Losi Filipo
- Full name: Losilosivale Filipo
- Born: 29 December 1997 (age 27)
- School: St Patrick's College, Silverstream

Rugby union career
- Position: Outside back

Provincial / State sides
- Years: Team / Apps / (Points)
- 2017–: Wellington / 22 / (50)

International career
- Years: Team / Apps / (Points)
- 2021–: Samoa / 1 / (0)

= Losi Filipo =

New Zealand-Samoan rugby union player (born 1997)

Losilosivale Filipo (born 29 December 1997) is a New Zealand rugby union player of Samoan descent.

==Early life and education==
Filipo hails from Porirua and was a boarder at St Patrick's College, Silverstream. He represented New Zealand under-16s in rugby league and was a New Zealand Schools rugby union player.

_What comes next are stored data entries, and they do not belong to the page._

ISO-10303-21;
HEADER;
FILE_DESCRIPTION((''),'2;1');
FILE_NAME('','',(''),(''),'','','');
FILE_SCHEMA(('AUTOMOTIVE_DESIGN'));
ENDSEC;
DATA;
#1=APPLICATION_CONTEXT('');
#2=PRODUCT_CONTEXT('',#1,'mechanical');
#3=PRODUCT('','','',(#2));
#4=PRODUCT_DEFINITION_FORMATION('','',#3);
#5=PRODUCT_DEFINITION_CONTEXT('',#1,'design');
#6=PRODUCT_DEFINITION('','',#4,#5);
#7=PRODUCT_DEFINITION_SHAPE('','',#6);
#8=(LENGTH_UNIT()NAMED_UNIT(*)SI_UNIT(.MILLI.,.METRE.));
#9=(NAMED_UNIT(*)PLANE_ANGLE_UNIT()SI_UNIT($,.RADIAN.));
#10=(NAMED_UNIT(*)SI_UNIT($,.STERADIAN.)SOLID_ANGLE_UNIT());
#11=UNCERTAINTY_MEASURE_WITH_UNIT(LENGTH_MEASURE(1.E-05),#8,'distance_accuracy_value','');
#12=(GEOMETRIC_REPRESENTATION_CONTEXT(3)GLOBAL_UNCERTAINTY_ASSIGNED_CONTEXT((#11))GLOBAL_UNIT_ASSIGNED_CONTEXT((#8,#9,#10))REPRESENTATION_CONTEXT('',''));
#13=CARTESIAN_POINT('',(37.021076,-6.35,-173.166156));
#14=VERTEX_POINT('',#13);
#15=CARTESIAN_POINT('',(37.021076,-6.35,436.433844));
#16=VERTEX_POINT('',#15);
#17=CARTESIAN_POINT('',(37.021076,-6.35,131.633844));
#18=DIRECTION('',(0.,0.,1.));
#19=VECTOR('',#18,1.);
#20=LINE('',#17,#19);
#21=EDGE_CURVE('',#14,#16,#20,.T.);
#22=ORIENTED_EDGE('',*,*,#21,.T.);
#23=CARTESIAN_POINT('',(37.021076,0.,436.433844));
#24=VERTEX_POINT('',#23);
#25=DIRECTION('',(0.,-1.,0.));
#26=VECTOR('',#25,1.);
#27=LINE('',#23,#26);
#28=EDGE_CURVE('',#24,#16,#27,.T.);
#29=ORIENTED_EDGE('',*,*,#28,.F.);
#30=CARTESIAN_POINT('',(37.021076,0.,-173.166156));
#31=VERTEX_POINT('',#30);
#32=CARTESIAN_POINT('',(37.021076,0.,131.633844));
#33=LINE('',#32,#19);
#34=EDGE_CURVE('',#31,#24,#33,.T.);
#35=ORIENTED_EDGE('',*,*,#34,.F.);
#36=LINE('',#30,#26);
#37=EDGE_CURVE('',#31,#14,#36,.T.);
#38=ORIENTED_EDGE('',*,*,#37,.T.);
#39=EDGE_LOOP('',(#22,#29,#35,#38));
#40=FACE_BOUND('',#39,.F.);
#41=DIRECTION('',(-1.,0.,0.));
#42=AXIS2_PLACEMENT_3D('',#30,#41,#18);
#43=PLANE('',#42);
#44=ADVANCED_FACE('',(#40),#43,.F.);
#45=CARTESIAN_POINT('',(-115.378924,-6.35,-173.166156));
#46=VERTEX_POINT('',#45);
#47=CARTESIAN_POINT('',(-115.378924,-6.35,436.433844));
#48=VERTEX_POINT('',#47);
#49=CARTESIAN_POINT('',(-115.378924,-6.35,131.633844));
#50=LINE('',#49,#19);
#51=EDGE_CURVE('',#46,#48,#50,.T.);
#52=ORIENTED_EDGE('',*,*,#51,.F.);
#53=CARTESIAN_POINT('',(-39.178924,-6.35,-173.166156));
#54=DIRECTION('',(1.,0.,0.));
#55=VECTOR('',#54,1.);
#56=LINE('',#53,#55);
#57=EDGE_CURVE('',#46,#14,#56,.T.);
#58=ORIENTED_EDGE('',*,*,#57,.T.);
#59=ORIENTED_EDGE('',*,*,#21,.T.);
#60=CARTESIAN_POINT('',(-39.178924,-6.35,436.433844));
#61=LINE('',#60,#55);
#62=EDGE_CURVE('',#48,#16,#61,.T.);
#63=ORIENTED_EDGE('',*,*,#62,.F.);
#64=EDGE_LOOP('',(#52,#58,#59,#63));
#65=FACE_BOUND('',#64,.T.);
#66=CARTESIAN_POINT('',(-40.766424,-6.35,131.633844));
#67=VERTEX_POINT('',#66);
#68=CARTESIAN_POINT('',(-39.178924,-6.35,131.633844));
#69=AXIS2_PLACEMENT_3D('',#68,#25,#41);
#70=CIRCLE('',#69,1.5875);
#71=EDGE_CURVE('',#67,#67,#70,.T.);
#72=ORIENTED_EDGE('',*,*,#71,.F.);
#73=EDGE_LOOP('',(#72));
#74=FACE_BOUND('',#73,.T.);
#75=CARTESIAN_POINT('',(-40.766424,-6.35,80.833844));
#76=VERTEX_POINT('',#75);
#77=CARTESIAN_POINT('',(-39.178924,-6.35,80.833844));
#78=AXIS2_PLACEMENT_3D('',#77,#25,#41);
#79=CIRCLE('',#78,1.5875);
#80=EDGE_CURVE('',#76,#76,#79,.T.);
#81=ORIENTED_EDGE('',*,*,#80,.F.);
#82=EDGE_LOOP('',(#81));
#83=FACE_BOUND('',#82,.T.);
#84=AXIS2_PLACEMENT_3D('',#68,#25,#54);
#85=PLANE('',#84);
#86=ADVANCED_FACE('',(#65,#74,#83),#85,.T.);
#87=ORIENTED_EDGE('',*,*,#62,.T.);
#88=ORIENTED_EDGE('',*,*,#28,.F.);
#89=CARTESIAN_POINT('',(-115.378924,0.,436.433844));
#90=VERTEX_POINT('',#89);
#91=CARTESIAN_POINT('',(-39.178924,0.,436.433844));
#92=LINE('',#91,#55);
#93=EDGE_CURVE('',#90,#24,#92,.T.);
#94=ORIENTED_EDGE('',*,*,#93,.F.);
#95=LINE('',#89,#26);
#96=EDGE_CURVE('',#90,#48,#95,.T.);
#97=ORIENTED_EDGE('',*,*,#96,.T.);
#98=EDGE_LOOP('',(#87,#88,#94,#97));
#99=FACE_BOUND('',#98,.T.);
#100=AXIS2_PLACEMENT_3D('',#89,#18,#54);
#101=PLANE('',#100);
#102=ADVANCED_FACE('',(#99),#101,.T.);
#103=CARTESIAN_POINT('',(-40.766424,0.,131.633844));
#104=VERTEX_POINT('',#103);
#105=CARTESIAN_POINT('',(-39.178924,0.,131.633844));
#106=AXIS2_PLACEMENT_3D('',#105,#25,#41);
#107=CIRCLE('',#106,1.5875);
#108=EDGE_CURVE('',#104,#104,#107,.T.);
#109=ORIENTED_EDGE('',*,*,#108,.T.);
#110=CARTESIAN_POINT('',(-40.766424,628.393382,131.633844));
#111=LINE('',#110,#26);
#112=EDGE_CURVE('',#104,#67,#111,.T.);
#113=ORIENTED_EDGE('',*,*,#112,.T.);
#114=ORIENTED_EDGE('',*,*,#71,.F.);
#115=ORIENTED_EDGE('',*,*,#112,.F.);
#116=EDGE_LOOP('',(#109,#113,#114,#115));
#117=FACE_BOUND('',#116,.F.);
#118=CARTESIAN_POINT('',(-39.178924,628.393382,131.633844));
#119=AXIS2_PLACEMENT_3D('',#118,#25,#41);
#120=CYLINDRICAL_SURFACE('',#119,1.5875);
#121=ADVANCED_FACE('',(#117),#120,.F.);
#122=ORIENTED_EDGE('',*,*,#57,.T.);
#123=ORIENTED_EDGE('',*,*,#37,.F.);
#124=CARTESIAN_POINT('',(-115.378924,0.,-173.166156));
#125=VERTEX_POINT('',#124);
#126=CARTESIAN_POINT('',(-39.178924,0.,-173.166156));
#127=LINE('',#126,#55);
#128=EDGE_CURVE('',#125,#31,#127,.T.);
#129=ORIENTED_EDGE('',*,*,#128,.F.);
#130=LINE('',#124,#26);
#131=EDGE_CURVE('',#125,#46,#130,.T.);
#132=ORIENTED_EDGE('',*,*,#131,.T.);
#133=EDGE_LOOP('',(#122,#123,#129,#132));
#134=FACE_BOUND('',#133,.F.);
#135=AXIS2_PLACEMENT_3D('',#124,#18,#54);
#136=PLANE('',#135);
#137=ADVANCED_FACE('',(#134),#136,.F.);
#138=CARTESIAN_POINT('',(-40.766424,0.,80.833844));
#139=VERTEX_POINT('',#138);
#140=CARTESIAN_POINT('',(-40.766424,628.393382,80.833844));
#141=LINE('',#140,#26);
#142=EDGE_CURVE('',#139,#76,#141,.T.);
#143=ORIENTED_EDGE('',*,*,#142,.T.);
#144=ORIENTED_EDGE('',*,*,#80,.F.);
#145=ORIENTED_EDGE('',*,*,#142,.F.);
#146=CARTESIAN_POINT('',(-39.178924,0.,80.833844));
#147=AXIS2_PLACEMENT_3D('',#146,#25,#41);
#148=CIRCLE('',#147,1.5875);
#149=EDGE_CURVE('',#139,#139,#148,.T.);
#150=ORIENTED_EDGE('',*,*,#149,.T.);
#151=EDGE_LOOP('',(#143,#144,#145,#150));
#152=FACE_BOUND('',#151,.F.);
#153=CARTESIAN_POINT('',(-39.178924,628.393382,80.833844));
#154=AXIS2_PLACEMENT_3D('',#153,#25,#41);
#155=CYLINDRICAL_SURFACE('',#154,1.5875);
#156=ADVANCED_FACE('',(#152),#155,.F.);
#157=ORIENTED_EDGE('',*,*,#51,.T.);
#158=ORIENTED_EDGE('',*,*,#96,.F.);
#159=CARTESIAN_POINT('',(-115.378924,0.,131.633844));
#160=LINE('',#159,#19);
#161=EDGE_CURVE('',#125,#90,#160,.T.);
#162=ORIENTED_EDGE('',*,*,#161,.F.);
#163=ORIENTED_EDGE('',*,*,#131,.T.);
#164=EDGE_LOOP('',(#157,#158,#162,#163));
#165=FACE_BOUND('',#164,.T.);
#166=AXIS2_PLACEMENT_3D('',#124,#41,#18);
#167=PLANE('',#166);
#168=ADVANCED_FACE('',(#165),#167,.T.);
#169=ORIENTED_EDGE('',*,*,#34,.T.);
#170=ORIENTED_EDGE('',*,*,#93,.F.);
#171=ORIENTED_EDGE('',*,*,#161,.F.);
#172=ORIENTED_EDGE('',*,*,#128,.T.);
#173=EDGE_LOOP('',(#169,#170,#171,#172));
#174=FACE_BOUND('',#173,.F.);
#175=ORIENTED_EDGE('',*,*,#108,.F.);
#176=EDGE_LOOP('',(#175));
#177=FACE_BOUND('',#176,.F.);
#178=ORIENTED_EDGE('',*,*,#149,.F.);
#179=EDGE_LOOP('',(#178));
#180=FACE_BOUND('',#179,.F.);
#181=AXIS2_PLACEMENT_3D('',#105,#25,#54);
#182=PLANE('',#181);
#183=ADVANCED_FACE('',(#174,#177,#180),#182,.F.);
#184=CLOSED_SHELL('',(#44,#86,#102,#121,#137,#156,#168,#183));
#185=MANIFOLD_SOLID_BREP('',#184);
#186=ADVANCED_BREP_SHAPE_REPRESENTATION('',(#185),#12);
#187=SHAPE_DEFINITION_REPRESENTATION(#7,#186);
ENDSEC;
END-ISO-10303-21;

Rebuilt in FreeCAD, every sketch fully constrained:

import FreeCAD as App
import Part
import Sketcher

V = App.Vector
Q = App.Units.Quantity


def add_polygon(sketch, points):
    """Adds a closed chain of lines whose ends are joined by coincident constraints."""
    first, n = sketch.GeometryCount, len(points)
    for a, b in zip(points, points[1:] + points[:1]):
        sketch.addGeometry(Part.LineSegment(App.Vector(*a, 0), App.Vector(*b, 0)), False)
    for i in range(n):
        sketch.addConstraint(Sketcher.Constraint("Coincident", first + i, 2, first + (i + 1) % n, 1))

doc = App.newDocument("Part")
body = doc.addObject("PartDesign::Body", "Body")

sketch1 = doc.addObject("Sketcher::SketchObject", "Sketch")
body.addObject(sketch1)
sketch1.AttachmentSupport = (doc.XZ_Plane, [""])
sketch1.MapMode = "FlatFace"
add_polygon(sketch1, [(-115, 436), (-115, -173), (37, -173), (37, 436)])
sketch1.addConstraint([
    Sketcher.Constraint("Vertical", 0),
    Sketcher.Constraint("Horizontal", 1),
    Sketcher.Constraint("Vertical", 2),
    Sketcher.Constraint("Horizontal", 3),
    Sketcher.Constraint("DistanceX", 1, 1, 1, 2, Q("6 in")),
    Sketcher.Constraint("DistanceY", 0, 2, 0, 1, Q("24 in")),
    Sketcher.Constraint("DistanceX", 0, 2, -1, 1, Q("115.378924 mm")),
    Sketcher.Constraint("DistanceY", 0, 2, -1, 1, Q("173.166156 mm")),
])
pad1 = doc.addObject("PartDesign::Pad", "Pad")
body.addObject(pad1)
pad1.Profile = sketch1
pad1.Length = Q("0.25 in")

sketch2 = doc.addObject("Sketcher::SketchObject", "Sketch001")
body.addObject(sketch2)
sketch2.AttachmentSupport = (doc.XZ_Plane, [""])
sketch2.MapMode = "FlatFace"
sketch2.addGeometry([
    Part.Circle(V(-39.2, 131.6, 0), V(0, 0, 1), 1.6),
    Part.Circle(V(-39.2, 80.8, 0), V(0, 0, 1), 1.6),
], False)
sketch2.addConstraint([
    Sketcher.Constraint("Equal", 0, 1),
    Sketcher.Constraint("Vertical", 0, 3, 1, 3),
    Sketcher.Constraint("Diameter", 0, Q("0.125 in")),
    Sketcher.Constraint("DistanceY", 1, 3, 0, 3, Q("2 in")),
    Sketcher.Constraint("DistanceX", 0, 3, -1, 1, Q("39.178924 mm")),
    Sketcher.Constraint("DistanceY", -1, 1, 0, 3, Q("131.633844 mm")),
])
doc.recompute()
hole = doc.addObject("PartDesign::Hole", "Hole")
body.addObject(hole)
hole.Profile = sketch2
hole.ThreadType = "None"
hole.Diameter = Q("0.125 in")
hole.DepthType = "ThroughAll"
hole.Reversed = True

doc.recompute()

When he was 17, Filipo got charged with assaulting four people, two of them female, during a fight in central Wellington. He was discharged without conviction by a district court judge who took into account Filipo's future rugby prospects had he been convicted, a decision that prompted public outcry. Police appealed the ruling to the High Court and Filipo was subsequently sentenced to nine months supervision.

==Sporting career==
Filipo, an outside back, made his Wellington provincial debut in 2017. He is a former Samoa under-20s captain and in 2019 was named in a New Zealand Sevens development squad. In 2021, Filipo debuted for Samoa in a win over Tonga at Waikato Stadium, which secured the country's qualification for the 2023 World Cup.